Wait – I can say what I want, and it’s protected by the First Amendment, right? Why be kind to the police if you don’t have to?

Because, despite your First Amendment rights, many cops will take you to jail if you are non-cooperative, disrespectful to them, or curse at them.

We call it “contempt of cop.”

Is “Contempt of Cop” A Real Crime in SC?

No. It’s nonsense, and the courts have repeatedly and consistently made this clear.

We call it “contempt of cop” because, in the courtroom, you can be held in “contempt of court” if you are disrespectful to a judge or don’t follow a judge’s order. Some police officers wish they had the same power to force people to respect their authority.

There is no criminal charge for disagreeing, talking back to, being rude to, or cursing at a police officer. Why is there no charge? Because it’s not a crime.

That doesn’t mean you won’t be charged with something if you offend a cop. When they feel you have challenged their authority and they want to punish you, some SC police officers will arrest you on one of these charges:

  • Disorderly conduct;
  • Resisting arrest;
  • Interfering with a police officer; or
  • Breach of peace.

Can they do that? Charge me with a crime for speaking my mind?

The First Amendment and the Fighting Words Exception

The First Amendment guarantees each of us the right to speak our minds – including being disrespectful or rude to a police officer.

There is one exception – in 1942, the Supreme Court articulated the “fighting words doctrine,” which clarifies that the First Amendment protects this kind of offensive speech unless it includes “‘fighting words,’ those that by their very utterance inflict injury or tend to incite an immediate breach of the peace.”

Police officers know – or should know – this, because it’s part of their training. But some of them also know there’s a good chance that you don’t know your rights, or that you can’t afford to hire an attorney. They are hoping that after being handcuffed and spending a night in a cell, you will just want to pay your fine and go home.

Can I Sue for Wrongful Arrest?

Not if you plead guilty or even just pay a fine. If you think that you have been wrongfully arrested – charged with “contempt of cop” – you need to immediately talk to your SC criminal defense lawyer.

If you are convicted, you don’t have a civil case (with a few exceptions like a claim for excessive force). You will need to get the charges dismissed (without using a pretrial diversion program) or you need to be acquitted at trial.

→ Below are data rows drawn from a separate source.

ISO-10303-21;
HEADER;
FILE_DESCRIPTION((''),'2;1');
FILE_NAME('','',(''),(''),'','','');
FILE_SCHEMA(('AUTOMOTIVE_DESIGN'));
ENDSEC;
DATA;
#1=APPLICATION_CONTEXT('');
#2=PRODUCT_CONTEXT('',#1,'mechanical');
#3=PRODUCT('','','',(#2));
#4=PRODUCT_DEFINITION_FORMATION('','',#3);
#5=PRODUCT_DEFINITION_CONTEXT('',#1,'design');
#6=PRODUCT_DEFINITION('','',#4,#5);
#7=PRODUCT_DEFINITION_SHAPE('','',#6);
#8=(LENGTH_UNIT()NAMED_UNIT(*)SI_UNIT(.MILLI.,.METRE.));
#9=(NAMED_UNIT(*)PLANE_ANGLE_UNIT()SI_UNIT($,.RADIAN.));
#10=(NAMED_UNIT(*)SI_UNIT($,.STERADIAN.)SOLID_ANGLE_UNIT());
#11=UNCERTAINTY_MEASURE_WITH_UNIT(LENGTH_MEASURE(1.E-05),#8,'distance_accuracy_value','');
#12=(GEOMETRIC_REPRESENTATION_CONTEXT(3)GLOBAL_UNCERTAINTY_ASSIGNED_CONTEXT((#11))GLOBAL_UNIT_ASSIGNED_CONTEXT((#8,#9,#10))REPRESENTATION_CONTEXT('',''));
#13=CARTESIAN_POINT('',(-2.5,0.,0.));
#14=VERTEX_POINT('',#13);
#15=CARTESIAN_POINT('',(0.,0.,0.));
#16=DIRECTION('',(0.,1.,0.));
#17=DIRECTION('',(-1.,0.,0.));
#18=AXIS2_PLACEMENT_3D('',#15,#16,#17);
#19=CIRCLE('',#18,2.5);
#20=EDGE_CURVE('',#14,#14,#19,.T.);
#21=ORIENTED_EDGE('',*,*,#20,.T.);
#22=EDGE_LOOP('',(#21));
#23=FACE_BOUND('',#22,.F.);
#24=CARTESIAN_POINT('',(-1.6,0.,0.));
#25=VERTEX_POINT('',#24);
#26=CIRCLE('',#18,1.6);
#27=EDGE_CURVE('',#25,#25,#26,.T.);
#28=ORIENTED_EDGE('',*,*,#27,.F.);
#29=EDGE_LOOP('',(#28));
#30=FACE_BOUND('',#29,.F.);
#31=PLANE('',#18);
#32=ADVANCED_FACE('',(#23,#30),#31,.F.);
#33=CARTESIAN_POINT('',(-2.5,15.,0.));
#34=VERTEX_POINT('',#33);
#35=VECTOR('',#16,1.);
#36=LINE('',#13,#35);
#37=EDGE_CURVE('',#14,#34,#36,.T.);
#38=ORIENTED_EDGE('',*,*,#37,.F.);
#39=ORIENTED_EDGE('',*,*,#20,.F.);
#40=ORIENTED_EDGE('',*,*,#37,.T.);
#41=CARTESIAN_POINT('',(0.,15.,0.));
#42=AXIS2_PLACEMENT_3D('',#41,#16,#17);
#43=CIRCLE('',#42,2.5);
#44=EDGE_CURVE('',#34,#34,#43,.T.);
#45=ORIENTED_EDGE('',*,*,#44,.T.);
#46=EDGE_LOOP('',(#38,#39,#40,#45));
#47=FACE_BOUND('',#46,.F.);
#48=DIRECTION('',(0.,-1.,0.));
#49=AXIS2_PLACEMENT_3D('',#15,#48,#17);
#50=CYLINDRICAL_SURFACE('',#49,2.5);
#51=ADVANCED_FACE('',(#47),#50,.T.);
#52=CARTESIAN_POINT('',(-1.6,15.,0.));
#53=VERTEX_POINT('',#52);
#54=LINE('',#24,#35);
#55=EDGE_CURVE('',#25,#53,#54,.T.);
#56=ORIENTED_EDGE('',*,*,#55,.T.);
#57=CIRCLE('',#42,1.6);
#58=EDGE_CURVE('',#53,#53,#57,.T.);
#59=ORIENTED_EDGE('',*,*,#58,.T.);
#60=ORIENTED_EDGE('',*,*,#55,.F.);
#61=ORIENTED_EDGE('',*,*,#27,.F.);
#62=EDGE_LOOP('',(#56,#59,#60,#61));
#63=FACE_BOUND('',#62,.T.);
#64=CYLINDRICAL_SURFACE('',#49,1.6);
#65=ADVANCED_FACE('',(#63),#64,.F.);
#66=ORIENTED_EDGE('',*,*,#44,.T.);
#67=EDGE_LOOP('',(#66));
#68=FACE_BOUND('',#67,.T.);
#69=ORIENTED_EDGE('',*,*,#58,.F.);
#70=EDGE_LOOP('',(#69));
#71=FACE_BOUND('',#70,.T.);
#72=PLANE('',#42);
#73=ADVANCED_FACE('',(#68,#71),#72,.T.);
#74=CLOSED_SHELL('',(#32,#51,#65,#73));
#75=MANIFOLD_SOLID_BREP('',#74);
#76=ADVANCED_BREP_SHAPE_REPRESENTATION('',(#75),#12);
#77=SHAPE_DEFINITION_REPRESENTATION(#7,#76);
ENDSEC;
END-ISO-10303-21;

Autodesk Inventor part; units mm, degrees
ref_plane "YZ Plane" through (0, 0, 0) normal (1, 0, 0) x (0, 1, 0)
ref_plane "XZ Plane" through (0, 0, 0) normal (0, 1, 0) x (-1, 0, 0)
ref_plane "XY Plane" through (0, 0, 0) normal (0, 0, 1) x (1, 0, 0)
sketch "Sketch1" plane through (0, 0, 0) normal (0, 1, 0) x (-1, 0, 0)
  circle A0 centre (0, 0) radius 1.6
  circle A1 centre (0, 0) radius 2.5
  dimension "d0" = 3.2
  dimension "d1" = 5
extrude "Extrusion1" add sketch "Sketch1" along normal blind 15
properties part number "IRSPacer-Pixy-(FT)"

If there is a finding of probable cause (an arrest warrant signed by a judge or a preliminary hearing where the court found probable cause), you may not have a case – although there are exceptions for when the officer lies or leaves out important information on the warrant application or at the preliminary hearing.

If your case is dismissed or you are acquitted, you still may not have a case – the system is designed to protect the police and the government, and every civil rights case is an uphill battle. Depending on the evidence in your case and how the case ends, we will advise you as to whether you have a civil lawsuit against the police or others once your criminal charges have been resolved.

When are the Myrtle Beach Bike Rallies in 2018?

The Myrtle Beach area hosts two spring bike rallies each year – the Atlantic Beach Black Bike Week or Atlantic Beach Bikefest and the Myrtle Beach Bike Week Spring Rally:

  • Myrtle Beach Bike Week Spring Rally: May 11-20, 2018.
  • Bikefest, also known as Black Bike Week, May 25-28, 2018.

Both rallies will have events, concerts, parties, lots of motorcycles and members of motorcycle clubs, and… lots of law enforcement both uniformed and undercover.

SC Criminal Defense Lawyers in Atlantic Beach, Myrtle Beach, Conway, Columbia, and Charleston

If you are charged with a “contempt of cop” offense in Atlantic Beach this year, your Myrtle Beach criminal defense lawyer at Coastal Law will work hard to get your case dismissed or to get an acquittal at trial while seeking out and preserving all evidence that you may need to file a civil action.

Call Coastal Law now at (843) 488-5000 or fill out our online form to set up a free consultation about your case.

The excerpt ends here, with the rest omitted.